#### INPUT MATERIAL

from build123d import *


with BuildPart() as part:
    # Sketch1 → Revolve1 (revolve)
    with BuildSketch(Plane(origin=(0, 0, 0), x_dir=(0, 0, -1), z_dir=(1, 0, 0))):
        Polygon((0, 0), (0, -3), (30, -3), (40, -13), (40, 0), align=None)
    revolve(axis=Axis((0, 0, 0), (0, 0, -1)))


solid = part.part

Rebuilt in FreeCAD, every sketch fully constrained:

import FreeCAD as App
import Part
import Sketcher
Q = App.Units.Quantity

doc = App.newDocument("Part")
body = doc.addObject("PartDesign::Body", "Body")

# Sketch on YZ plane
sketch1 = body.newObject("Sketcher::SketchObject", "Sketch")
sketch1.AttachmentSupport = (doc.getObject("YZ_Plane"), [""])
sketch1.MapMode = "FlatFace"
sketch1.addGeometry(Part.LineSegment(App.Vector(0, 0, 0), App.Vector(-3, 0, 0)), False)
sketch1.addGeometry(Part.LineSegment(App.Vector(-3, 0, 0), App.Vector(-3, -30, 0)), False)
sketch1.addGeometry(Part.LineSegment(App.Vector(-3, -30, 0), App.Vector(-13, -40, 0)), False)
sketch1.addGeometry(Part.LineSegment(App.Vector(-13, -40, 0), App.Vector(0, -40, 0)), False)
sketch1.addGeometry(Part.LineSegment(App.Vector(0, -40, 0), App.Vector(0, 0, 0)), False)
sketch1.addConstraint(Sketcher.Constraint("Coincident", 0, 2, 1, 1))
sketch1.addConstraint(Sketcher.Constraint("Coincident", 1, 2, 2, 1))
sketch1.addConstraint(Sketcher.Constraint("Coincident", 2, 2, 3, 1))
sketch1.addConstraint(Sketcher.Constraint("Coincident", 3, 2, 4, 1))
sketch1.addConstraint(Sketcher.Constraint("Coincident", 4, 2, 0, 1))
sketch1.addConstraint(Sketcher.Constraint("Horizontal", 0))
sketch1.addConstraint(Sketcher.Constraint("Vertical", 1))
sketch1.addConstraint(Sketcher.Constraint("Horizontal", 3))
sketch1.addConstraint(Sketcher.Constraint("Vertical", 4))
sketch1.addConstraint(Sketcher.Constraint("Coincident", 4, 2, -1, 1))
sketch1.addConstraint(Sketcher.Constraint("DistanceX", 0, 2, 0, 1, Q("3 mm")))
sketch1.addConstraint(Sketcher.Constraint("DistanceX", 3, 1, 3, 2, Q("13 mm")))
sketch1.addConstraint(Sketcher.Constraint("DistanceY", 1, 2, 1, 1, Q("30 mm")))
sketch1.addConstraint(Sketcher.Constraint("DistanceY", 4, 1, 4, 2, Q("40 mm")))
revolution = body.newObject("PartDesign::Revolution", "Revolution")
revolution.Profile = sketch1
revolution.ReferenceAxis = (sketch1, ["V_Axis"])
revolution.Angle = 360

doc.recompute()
* * *
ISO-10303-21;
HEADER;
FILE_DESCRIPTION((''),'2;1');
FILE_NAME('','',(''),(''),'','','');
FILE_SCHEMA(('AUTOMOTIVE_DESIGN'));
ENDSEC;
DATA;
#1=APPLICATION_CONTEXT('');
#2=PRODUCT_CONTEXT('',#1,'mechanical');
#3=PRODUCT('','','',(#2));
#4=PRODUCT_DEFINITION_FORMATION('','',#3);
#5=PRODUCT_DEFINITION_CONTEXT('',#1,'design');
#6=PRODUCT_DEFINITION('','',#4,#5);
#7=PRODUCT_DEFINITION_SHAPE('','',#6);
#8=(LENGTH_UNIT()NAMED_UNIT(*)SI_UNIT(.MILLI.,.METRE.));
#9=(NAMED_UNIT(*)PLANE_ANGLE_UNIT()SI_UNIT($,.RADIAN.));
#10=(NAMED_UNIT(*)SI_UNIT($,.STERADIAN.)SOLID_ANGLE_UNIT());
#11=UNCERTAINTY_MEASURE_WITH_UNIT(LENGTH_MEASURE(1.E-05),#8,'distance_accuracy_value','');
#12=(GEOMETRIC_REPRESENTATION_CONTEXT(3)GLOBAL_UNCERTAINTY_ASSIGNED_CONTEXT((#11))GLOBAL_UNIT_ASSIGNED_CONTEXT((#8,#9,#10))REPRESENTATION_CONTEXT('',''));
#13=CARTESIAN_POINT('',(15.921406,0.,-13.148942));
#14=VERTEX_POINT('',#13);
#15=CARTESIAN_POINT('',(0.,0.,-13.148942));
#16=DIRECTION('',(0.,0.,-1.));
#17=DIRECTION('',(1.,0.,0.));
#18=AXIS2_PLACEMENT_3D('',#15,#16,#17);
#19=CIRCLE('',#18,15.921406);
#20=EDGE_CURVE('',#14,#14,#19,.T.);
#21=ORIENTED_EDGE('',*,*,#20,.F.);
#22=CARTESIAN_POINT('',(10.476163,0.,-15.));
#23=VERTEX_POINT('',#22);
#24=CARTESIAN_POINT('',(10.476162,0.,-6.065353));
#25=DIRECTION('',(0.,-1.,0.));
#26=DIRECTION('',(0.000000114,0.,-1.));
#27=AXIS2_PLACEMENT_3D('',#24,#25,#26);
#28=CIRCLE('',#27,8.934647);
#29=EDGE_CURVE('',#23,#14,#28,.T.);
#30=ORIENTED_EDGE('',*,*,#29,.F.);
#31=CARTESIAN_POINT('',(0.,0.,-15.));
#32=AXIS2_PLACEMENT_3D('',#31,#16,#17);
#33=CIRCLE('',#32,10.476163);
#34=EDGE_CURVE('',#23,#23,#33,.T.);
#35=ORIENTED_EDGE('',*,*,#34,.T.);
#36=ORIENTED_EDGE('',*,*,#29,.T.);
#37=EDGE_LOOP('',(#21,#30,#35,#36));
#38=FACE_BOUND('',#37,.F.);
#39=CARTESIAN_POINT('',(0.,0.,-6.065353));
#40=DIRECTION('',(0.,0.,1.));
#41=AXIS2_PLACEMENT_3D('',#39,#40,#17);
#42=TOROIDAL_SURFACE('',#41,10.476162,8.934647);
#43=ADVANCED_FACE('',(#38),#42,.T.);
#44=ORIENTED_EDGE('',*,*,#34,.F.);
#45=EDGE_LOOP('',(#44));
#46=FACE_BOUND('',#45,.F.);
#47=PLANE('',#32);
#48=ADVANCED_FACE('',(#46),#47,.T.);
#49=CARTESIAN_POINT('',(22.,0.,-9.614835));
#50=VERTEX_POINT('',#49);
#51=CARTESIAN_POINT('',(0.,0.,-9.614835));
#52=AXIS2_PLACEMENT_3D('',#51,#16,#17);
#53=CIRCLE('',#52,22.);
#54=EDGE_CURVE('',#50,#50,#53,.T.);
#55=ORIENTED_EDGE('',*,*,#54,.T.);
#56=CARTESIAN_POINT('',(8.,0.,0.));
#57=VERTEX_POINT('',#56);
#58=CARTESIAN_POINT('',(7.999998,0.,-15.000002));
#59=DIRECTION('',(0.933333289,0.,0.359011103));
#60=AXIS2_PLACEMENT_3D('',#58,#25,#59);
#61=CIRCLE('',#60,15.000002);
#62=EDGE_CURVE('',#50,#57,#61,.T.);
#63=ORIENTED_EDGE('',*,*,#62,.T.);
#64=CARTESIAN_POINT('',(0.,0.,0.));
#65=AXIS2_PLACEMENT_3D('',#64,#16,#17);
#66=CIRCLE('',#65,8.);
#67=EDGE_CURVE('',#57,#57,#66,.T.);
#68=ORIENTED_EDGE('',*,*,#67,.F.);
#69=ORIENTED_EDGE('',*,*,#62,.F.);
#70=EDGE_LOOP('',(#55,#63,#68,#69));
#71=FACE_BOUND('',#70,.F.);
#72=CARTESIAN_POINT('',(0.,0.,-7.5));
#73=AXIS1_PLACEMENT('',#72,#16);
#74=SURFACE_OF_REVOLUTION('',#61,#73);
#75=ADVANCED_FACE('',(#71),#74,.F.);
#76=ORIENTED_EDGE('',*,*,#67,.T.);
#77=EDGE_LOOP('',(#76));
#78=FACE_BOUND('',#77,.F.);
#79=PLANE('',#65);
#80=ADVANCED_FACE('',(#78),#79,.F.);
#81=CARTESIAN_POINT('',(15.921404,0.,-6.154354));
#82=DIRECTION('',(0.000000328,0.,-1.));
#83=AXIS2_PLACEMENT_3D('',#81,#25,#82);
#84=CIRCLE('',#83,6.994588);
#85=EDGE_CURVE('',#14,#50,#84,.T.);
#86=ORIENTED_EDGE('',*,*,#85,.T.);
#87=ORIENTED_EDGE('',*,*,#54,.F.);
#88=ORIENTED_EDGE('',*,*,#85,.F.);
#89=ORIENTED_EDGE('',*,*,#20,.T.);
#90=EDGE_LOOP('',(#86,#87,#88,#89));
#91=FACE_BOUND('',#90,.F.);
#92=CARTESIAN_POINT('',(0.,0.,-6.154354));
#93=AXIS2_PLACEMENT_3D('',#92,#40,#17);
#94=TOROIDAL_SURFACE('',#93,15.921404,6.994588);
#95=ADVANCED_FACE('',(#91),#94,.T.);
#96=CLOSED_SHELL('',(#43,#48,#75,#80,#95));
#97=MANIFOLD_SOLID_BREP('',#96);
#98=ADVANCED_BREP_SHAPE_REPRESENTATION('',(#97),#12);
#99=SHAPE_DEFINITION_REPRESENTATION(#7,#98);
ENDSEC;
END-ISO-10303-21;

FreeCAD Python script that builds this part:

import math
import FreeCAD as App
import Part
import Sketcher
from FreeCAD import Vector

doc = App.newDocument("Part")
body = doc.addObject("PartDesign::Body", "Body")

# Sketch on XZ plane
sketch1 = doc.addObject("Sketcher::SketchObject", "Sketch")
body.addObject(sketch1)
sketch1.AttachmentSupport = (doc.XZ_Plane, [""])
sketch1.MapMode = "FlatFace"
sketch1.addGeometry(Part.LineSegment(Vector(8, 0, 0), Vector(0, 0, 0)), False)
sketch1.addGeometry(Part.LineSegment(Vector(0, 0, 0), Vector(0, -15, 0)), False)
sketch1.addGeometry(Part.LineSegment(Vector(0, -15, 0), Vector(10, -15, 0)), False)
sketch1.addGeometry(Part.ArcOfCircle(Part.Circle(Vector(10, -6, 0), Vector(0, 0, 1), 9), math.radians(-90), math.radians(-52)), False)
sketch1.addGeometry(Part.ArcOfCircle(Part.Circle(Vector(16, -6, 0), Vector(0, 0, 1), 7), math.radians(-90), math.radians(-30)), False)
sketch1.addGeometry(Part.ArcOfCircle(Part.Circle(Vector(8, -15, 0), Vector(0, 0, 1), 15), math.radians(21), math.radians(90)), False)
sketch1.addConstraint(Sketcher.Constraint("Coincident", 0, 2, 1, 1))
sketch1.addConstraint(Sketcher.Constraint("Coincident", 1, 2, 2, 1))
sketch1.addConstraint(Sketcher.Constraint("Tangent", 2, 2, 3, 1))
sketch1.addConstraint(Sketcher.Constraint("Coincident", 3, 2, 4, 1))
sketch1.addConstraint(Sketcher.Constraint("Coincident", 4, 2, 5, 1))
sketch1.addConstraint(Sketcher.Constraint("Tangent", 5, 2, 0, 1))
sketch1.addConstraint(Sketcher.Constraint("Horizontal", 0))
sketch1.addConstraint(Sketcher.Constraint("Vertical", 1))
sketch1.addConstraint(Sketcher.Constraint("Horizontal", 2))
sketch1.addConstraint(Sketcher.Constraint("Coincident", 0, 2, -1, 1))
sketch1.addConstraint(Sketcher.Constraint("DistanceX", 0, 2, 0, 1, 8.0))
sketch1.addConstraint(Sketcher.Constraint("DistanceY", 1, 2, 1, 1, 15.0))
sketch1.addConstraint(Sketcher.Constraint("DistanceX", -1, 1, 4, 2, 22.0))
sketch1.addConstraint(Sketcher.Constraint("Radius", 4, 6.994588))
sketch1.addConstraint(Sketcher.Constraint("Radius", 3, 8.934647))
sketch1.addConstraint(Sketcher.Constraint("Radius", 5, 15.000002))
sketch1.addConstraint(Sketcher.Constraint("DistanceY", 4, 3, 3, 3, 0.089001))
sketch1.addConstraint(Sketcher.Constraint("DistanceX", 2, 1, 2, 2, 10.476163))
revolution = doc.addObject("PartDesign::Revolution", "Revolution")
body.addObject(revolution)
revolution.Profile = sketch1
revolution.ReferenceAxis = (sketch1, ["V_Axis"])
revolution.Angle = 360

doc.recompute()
---
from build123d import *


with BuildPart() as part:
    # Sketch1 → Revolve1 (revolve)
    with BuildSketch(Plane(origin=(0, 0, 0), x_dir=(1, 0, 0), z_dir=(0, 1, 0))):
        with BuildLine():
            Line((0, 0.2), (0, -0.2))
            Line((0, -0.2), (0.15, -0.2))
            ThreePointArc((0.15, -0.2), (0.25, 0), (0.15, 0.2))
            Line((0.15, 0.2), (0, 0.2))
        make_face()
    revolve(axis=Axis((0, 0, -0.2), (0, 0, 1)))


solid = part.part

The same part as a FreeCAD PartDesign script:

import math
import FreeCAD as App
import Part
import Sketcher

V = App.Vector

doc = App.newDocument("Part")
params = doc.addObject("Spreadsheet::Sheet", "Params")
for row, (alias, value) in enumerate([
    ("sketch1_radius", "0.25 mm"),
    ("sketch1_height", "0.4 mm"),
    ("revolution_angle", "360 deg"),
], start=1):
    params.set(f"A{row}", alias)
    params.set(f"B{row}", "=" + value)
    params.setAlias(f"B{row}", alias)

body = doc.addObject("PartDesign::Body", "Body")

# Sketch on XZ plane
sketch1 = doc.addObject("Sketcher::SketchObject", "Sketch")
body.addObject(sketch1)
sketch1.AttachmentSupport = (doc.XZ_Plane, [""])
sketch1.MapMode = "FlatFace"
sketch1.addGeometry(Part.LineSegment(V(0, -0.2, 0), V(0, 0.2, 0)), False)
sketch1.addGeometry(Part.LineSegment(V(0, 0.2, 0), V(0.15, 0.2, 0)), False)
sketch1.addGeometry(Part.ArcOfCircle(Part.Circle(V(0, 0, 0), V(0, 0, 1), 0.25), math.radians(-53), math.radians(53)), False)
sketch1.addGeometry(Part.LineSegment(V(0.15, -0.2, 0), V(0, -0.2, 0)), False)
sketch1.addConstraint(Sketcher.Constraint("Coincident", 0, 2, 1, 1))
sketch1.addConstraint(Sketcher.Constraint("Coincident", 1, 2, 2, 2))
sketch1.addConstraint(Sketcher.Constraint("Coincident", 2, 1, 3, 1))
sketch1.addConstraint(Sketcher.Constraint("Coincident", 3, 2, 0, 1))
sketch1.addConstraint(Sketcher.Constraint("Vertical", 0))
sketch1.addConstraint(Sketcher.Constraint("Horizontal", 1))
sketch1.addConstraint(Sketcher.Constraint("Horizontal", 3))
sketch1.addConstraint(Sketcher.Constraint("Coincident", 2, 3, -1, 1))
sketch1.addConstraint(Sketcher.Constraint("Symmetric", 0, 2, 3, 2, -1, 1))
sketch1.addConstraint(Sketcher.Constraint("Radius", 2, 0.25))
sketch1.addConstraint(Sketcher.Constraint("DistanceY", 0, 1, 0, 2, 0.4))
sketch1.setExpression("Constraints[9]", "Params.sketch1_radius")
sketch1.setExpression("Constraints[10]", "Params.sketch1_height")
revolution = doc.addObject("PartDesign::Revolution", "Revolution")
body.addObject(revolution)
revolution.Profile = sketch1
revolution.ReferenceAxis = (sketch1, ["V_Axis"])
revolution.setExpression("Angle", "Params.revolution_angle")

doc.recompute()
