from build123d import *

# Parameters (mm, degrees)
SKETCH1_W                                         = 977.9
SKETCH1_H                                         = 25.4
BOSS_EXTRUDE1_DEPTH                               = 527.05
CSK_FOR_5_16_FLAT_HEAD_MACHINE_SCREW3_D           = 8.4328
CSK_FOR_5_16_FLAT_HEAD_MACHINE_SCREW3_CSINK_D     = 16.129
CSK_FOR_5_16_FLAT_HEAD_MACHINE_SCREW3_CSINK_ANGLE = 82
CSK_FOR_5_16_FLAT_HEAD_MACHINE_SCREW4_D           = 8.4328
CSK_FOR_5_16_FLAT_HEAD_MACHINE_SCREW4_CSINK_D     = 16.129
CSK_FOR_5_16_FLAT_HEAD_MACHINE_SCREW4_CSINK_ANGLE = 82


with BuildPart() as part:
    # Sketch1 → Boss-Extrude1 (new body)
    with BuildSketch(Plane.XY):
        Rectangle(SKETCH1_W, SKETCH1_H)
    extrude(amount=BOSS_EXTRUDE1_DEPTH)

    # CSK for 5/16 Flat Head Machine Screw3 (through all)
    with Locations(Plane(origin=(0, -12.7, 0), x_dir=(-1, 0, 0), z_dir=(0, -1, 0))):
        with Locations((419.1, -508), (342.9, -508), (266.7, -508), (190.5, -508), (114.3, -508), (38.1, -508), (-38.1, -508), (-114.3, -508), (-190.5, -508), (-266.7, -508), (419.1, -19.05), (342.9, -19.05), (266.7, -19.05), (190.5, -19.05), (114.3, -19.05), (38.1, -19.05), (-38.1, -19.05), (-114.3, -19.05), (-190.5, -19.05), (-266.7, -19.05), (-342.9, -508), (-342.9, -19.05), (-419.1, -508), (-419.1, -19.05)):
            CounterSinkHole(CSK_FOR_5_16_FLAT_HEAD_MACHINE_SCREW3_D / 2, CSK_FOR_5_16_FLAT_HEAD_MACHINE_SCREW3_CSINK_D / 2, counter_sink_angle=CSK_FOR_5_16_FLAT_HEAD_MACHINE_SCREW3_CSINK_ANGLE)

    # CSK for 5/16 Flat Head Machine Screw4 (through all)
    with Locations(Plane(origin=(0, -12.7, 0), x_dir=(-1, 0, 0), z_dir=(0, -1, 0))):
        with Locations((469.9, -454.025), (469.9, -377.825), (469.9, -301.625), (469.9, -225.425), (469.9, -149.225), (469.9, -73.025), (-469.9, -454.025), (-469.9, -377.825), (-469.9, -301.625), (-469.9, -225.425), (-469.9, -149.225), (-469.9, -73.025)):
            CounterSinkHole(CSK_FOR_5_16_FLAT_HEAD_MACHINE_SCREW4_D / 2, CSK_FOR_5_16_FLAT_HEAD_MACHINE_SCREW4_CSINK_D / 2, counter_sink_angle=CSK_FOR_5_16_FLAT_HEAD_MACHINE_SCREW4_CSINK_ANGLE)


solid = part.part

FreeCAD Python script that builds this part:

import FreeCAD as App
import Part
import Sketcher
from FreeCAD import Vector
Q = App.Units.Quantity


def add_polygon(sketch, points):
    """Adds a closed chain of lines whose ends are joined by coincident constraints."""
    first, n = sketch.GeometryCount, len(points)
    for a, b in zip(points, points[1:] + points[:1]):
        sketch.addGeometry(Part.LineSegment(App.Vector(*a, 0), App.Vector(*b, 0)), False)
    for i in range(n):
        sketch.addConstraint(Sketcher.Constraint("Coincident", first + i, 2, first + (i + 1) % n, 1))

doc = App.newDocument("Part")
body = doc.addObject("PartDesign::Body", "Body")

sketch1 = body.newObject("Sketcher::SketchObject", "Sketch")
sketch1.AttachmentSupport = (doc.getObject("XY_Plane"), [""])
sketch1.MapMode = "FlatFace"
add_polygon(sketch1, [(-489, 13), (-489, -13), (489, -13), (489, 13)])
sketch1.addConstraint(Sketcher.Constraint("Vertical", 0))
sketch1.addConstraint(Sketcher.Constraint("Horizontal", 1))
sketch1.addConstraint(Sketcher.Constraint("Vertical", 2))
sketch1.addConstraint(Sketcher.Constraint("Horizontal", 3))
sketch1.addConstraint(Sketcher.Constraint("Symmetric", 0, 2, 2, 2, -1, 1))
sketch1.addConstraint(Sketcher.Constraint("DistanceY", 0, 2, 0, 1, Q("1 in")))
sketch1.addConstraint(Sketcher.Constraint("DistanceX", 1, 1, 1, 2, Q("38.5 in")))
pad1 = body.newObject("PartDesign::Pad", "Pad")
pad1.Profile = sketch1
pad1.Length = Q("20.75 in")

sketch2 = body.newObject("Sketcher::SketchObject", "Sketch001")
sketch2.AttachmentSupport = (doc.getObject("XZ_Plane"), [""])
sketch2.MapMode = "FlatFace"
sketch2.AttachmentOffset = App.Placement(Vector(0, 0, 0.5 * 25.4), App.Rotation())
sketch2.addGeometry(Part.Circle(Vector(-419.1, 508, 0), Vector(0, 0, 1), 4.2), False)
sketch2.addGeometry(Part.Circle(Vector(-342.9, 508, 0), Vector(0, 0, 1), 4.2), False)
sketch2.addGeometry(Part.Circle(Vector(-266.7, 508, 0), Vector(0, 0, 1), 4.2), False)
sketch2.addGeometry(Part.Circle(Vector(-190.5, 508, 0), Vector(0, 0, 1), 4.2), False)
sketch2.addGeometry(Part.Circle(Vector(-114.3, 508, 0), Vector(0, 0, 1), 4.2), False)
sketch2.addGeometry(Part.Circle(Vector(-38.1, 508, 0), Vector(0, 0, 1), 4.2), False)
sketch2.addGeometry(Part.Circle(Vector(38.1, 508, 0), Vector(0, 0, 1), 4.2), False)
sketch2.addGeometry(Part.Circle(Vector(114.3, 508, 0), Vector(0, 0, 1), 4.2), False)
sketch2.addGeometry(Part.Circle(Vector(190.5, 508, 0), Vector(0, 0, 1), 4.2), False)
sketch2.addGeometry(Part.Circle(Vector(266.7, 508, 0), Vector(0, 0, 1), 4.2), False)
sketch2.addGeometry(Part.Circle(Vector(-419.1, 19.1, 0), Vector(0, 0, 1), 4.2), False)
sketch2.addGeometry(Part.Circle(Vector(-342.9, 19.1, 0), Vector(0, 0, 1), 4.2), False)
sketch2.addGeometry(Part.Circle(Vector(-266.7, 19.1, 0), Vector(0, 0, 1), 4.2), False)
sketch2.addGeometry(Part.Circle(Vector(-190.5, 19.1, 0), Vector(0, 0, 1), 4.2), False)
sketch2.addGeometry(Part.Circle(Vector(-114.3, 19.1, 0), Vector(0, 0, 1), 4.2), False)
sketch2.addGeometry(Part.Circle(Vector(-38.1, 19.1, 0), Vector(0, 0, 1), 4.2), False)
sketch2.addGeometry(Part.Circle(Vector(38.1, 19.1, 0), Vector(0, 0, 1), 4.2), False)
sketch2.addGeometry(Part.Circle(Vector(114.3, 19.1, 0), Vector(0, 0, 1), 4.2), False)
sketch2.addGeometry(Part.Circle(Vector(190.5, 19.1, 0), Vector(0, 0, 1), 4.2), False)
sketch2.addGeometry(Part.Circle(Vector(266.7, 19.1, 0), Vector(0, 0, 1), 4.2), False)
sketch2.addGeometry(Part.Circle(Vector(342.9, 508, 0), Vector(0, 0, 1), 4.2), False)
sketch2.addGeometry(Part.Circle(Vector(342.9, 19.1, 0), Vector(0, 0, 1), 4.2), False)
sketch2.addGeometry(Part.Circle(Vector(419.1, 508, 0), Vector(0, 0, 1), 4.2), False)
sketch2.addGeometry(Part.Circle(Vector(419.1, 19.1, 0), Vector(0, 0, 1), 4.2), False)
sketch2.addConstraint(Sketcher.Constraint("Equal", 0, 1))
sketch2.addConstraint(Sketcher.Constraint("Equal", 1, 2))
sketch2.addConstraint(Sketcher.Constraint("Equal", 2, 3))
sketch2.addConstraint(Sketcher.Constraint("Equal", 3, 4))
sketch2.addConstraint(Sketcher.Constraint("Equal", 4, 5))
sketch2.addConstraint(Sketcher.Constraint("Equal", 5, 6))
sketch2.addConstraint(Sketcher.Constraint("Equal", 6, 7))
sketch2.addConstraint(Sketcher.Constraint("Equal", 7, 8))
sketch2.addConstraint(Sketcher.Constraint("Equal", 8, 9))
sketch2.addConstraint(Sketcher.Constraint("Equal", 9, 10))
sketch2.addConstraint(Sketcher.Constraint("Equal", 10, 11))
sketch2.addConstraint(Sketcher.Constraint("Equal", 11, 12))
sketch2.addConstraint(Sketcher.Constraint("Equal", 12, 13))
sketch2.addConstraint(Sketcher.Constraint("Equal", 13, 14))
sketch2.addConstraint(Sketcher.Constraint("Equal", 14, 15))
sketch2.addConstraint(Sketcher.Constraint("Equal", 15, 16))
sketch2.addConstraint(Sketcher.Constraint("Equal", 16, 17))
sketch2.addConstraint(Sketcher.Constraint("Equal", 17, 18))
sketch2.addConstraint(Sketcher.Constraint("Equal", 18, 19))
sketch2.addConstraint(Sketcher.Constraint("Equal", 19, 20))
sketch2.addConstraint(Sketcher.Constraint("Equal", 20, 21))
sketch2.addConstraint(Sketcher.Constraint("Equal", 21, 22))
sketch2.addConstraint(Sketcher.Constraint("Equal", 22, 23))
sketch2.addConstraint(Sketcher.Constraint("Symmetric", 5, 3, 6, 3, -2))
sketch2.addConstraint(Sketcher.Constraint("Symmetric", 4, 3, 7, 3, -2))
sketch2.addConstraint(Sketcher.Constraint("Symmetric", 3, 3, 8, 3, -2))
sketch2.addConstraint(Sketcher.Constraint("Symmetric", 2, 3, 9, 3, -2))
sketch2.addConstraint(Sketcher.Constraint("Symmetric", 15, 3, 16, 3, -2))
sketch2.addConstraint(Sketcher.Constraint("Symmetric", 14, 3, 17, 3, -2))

#### TASK PROMPT
Lines to set down from above: the line with "#36=ORIENTED_EDGE('',*,*,#29,.T.);", the line with "#68=ORIENTED_EDGE('',*,*,#67,.F.);", and every line between, each exactly as written.

#### ANSWER SECTION
#36=ORIENTED_EDGE('',*,*,#29,.T.);
#37=EDGE_LOOP('',(#21,#30,#35,#36));
#38=FACE_BOUND('',#37,.F.);
#39=CARTESIAN_POINT('',(0.,0.,-6.065353));
#40=DIRECTION('',(0.,0.,1.));
#41=AXIS2_PLACEMENT_3D('',#39,#40,#17);
#42=TOROIDAL_SURFACE('',#41,10.476162,8.934647);
#43=ADVANCED_FACE('',(#38),#42,.T.);
#44=ORIENTED_EDGE('',*,*,#34,.F.);
#45=EDGE_LOOP('',(#44));
#46=FACE_BOUND('',#45,.F.);
#47=PLANE('',#32);
#48=ADVANCED_FACE('',(#46),#47,.T.);
#49=CARTESIAN_POINT('',(22.,0.,-9.614835));
#50=VERTEX_POINT('',#49);
#51=CARTESIAN_POINT('',(0.,0.,-9.614835));
#52=AXIS2_PLACEMENT_3D('',#51,#16,#17);
#53=CIRCLE('',#52,22.);
#54=EDGE_CURVE('',#50,#50,#53,.T.);
#55=ORIENTED_EDGE('',*,*,#54,.T.);
#56=CARTESIAN_POINT('',(8.,0.,0.));
#57=VERTEX_POINT('',#56);
#58=CARTESIAN_POINT('',(7.999998,0.,-15.000002));
#59=DIRECTION('',(0.933333289,0.,0.359011103));
#60=AXIS2_PLACEMENT_3D('',#58,#25,#59);
#61=CIRCLE('',#60,15.000002);
#62=EDGE_CURVE('',#50,#57,#61,.T.);
#63=ORIENTED_EDGE('',*,*,#62,.T.);
#64=CARTESIAN_POINT('',(0.,0.,0.));
#65=AXIS2_PLACEMENT_3D('',#64,#16,#17);
#66=CIRCLE('',#65,8.);
#67=EDGE_CURVE('',#57,#57,#66,.T.);
#68=ORIENTED_EDGE('',*,*,#67,.F.);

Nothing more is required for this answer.